French commanders kept their offensives and objectives limited for the remainder of 1917, giving their army time to rest and regain its fighting spirit.

Musings

  • Pro-tip – When giving yourself a haircut, always make sure you put the right-sized guard on before you make the first cut.
    • My hair’s been shorter than this, but not by much and not in a long while.
    • Irish Woman is quite unhappy with the results, but it’s only temporary.
  • If the NFL is moving the Oakland Raiders to Las Vegas, have the legal fees for getting court permission for the players to leave California, as well as the relocation of the spouses, children, and parole officers, been factored in?
  • Apparently there were marches in cities in several countries today, with some getting quite violent.
    • Somebody needs to remind the French national police what a “whiff of grapeshot” is for.
    • Funny, you don’t hear about marches like this in truly poor countries.  I guess the working man in Haiti or Congo has too much going on just keeping a job and making money.
  • Work on “Lady of Eyre” continues.  Should be ready to go in the next week or two.
  • It appears that there is a personnel changeover happening at Fox News, with a prominent on-air person getting the sack, along with several executives, because several of them had an issue with acting professionally toward folks of the fairer sex while at work.
    • If only the BBC had been so quick to shed bad actors, no matter how glacial Fox has been.
    • Of course, I’m sure nobody from a news outlet that’s involved in such unseemly business could fail upward and land a great job at another news outlet.

Book Review – Rimworld – Into the Green

The latest from Jim Curtis, Rimworld – Into the Green, is out, and it’s a great yarn.

After a chance encounter with Dragoons and Traders turns a routine planet exploration into a rout that kills his team and his career, Lieutenant Ethan Fargo, medically retired, wants nothing more than to hole up in the backwater Rimworld he’d explored and enjoy a quiet retirement far from people or problems.

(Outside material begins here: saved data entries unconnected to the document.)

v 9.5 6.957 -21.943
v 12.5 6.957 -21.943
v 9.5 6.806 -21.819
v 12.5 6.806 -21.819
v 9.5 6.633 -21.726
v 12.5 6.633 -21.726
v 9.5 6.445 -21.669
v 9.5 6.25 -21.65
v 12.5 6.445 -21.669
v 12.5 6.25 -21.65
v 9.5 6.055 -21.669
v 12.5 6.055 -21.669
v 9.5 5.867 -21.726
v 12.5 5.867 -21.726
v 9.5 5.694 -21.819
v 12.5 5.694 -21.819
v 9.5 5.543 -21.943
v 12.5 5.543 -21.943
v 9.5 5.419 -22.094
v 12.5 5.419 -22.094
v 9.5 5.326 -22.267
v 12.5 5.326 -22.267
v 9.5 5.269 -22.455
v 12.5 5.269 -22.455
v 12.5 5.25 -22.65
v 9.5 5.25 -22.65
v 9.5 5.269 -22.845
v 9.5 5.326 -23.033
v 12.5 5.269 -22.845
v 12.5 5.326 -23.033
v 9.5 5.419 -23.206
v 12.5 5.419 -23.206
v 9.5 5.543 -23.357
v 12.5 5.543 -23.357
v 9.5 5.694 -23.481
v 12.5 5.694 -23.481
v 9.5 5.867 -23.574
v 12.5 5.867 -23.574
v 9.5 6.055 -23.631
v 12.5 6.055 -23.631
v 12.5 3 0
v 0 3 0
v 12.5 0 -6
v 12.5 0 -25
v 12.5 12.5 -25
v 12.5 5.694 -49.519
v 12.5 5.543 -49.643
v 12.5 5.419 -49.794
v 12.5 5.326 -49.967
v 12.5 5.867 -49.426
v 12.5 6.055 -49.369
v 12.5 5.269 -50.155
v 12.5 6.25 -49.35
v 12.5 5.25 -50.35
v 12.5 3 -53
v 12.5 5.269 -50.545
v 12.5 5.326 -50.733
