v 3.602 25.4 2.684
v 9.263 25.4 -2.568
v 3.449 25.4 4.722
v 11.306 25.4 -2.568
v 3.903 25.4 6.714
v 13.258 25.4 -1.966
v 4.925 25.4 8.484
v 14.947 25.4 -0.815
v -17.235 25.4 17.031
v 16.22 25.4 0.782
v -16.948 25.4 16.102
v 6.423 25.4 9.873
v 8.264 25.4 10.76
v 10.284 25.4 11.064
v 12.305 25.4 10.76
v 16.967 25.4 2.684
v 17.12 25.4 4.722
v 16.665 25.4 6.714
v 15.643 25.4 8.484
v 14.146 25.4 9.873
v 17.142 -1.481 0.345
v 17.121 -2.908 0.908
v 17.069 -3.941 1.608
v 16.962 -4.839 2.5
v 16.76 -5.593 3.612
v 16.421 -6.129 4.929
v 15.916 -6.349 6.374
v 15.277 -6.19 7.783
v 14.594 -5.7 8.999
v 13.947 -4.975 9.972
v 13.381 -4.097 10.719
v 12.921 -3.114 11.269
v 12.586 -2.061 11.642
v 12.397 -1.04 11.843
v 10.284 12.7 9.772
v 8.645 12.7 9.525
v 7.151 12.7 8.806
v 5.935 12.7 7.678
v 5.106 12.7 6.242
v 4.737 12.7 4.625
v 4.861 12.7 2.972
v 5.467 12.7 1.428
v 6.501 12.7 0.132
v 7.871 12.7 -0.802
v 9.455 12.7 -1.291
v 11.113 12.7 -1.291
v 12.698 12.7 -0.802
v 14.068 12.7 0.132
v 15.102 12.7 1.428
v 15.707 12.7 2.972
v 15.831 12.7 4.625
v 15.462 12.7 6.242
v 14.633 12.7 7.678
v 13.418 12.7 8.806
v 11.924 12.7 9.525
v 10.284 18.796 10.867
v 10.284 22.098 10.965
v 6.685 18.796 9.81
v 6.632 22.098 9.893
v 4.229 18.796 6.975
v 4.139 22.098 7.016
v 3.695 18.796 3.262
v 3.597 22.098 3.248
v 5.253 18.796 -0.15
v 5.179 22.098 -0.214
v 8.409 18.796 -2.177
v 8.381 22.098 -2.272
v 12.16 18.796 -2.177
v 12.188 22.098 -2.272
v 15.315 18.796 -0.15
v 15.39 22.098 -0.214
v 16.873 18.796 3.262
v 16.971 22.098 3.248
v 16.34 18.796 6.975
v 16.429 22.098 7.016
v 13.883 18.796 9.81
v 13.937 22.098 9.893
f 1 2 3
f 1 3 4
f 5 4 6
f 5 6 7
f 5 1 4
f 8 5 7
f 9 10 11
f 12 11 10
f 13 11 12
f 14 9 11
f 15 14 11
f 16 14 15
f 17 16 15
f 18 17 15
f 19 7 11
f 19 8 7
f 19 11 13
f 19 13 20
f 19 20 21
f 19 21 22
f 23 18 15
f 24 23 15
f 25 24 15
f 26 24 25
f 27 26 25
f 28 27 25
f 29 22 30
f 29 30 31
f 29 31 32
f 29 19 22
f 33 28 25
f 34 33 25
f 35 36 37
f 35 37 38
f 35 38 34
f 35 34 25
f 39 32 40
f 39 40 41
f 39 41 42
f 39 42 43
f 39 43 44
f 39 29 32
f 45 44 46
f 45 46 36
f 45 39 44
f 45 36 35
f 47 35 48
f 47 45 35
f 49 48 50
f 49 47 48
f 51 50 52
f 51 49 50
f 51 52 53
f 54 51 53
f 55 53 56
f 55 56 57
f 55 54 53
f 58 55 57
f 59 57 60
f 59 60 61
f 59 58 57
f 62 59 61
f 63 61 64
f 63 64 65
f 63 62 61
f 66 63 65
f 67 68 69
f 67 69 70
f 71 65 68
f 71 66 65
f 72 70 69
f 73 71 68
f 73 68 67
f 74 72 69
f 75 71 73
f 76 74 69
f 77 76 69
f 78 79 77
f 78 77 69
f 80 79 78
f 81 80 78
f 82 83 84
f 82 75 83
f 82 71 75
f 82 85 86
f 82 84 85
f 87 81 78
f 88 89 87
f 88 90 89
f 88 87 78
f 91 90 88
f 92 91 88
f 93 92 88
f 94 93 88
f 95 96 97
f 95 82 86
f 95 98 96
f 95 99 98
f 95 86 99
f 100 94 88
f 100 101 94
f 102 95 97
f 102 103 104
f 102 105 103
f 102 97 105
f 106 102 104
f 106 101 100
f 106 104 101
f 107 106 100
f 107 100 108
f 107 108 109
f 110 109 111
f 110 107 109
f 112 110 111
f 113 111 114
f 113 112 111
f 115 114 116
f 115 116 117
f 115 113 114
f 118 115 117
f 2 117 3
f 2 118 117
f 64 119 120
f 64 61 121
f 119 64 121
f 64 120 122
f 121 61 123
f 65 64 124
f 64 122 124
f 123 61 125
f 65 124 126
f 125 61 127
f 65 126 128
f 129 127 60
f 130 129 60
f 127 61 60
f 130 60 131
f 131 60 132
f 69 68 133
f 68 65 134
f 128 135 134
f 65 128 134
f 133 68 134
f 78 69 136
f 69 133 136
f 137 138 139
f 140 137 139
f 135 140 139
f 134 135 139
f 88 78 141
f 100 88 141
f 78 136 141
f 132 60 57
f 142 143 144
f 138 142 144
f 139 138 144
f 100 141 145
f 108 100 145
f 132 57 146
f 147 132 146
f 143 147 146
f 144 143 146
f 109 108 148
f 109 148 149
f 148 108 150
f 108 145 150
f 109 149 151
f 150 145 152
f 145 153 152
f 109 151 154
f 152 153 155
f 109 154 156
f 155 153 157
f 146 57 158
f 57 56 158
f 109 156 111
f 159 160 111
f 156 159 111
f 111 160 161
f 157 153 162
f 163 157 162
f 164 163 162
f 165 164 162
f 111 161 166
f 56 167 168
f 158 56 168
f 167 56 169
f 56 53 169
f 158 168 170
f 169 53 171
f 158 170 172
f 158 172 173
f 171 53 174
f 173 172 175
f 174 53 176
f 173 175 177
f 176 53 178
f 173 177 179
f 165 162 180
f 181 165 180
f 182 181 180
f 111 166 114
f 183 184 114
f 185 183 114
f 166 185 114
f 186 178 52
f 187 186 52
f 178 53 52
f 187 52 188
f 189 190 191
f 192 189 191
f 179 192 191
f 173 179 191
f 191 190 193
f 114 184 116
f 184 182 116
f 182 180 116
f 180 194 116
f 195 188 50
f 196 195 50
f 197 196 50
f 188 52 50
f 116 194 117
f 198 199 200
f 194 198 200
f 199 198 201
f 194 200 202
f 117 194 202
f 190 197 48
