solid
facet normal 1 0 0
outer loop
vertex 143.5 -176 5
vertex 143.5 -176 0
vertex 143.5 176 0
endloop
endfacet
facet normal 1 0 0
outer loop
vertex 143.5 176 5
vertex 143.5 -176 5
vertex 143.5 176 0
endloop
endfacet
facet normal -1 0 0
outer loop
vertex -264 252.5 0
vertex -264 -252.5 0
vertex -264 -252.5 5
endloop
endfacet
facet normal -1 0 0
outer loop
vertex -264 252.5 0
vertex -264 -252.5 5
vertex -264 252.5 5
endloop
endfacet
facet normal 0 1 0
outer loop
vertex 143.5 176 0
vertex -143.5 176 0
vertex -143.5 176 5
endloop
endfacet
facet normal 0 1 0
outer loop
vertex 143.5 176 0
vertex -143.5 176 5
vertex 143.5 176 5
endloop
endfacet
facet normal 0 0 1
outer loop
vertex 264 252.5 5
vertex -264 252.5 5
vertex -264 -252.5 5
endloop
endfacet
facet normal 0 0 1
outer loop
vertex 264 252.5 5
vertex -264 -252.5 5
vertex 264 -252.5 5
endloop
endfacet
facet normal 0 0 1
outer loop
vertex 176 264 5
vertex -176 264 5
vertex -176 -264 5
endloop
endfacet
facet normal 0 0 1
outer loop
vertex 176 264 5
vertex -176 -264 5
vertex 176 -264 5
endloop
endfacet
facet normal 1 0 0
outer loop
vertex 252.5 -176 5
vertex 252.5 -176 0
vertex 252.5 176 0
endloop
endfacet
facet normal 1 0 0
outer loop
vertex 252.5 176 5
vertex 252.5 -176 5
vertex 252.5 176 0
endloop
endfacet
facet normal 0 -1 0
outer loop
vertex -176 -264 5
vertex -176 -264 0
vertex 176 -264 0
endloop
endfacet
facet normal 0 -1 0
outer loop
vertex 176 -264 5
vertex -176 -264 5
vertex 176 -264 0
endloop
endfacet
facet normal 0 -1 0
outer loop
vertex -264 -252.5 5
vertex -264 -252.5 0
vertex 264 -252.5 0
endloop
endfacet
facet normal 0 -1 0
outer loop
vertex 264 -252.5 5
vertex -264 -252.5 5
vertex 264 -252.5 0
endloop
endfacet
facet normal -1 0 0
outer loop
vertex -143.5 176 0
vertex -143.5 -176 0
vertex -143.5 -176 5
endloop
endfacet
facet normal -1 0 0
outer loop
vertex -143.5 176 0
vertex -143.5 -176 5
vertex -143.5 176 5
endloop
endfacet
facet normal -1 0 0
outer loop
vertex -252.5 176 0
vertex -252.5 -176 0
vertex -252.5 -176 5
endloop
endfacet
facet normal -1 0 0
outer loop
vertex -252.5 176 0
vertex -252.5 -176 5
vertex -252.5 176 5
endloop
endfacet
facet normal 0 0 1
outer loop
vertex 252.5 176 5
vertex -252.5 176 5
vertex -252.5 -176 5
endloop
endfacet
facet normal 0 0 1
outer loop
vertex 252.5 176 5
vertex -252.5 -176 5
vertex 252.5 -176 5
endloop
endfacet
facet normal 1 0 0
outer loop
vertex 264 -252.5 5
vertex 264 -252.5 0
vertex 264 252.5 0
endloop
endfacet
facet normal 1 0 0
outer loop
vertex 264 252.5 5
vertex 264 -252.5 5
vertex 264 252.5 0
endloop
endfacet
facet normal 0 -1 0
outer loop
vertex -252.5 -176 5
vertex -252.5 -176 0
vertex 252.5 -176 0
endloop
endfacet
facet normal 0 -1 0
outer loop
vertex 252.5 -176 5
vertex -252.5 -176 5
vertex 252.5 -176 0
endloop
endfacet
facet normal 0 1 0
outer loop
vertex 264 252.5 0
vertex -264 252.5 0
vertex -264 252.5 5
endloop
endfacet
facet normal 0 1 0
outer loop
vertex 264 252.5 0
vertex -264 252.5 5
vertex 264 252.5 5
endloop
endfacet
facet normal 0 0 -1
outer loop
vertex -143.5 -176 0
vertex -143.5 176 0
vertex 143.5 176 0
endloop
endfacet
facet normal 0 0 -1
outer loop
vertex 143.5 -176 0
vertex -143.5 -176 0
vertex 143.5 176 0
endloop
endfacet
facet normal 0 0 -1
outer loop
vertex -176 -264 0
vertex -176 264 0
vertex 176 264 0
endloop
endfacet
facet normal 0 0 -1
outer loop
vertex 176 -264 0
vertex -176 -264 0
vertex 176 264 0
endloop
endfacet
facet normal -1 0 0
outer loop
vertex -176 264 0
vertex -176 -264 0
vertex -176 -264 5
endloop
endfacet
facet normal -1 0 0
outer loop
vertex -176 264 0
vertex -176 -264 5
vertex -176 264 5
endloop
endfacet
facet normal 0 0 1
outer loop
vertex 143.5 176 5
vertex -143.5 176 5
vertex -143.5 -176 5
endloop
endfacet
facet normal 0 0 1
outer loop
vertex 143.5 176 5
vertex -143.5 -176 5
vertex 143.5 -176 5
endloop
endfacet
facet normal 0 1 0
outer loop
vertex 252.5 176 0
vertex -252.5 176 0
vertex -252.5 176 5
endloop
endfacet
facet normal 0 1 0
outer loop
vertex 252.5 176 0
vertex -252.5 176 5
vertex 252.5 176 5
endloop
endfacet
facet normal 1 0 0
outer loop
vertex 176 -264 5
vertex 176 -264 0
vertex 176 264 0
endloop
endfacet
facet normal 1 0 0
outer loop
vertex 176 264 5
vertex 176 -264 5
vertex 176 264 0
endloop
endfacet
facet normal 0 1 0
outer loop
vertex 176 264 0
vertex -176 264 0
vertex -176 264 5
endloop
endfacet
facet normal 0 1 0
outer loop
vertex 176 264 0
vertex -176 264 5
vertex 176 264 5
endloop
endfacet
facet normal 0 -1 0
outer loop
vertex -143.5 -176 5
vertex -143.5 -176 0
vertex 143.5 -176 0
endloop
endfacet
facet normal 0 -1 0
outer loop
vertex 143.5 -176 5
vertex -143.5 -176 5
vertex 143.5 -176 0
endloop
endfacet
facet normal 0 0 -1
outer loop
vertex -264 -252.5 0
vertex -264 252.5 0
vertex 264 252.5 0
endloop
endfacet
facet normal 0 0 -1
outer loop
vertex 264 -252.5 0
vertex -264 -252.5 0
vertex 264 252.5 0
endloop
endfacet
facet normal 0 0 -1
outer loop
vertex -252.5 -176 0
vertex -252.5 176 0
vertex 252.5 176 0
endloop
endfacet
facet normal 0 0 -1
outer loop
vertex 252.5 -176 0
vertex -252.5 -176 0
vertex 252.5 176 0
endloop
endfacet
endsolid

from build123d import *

# Parameters (mm, degrees)
F0_W     = 505
F0_H     = 352
F1_DEPTH = 5
F2_W     = 528
F2_H     = 505
F3_DEPTH = 5
F4_W     = 352
F4_H     = 528
F5_DEPTH = 5
F6_W     = 287
F6_H     = 352
F7_DEPTH = 5


with BuildPart() as f1:
    # F0 (on Top) → F1 (new body)
    with BuildSketch(Plane.XY):
        Rectangle(F0_W, F0_H)
    extrude(amount=F1_DEPTH)


with BuildPart() as f3:
    # F2 (on Top) → F3 (new body)
    with BuildSketch(Plane.XY):
        Rectangle(F2_W, F2_H)
    extrude(amount=F3_DEPTH)


with BuildPart() as f5:
    # F4 (on Top) → F5 (new body)
    with BuildSketch(Plane.XY):
        Rectangle(F4_W, F4_H)
    extrude(amount=F5_DEPTH)


with BuildPart() as f7:
    # F6 (on Top) → F7 (new body)
    with BuildSketch(Plane.XY):
        Rectangle(F6_W, F6_H)
    extrude(amount=F7_DEPTH)


solid = Compound([f1.part, f3.part, f5.part, f7.part])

Unfortunately, he’s about to find out that he’s not as retired as he wants to be, and that his new home system comes with dangers, politics, and Dragoon sightings of its own. What promised to be a boring retirement will turn out to be anything but.

Into the Green occurs in the same universe as Curtis’ earlier short work, Stranded, in which humanity struggles against the voracious alien Dragoons and their human toadies, the Traders.  The main character, Fargo, is a veteran of both combat and exploration who returns to a nice, quiet planet to retire and enjoy the rest of his life.  Of course, the universe is having none of that, and soon he is embroiled in conflict with both invaders and turncoats.

This is a fast-moving story, and I enjoyed every page.  If you’re looking for something for the beach, the cabin, or the lake and you enjoy sci-fi adventures, you’ll like Into the Green.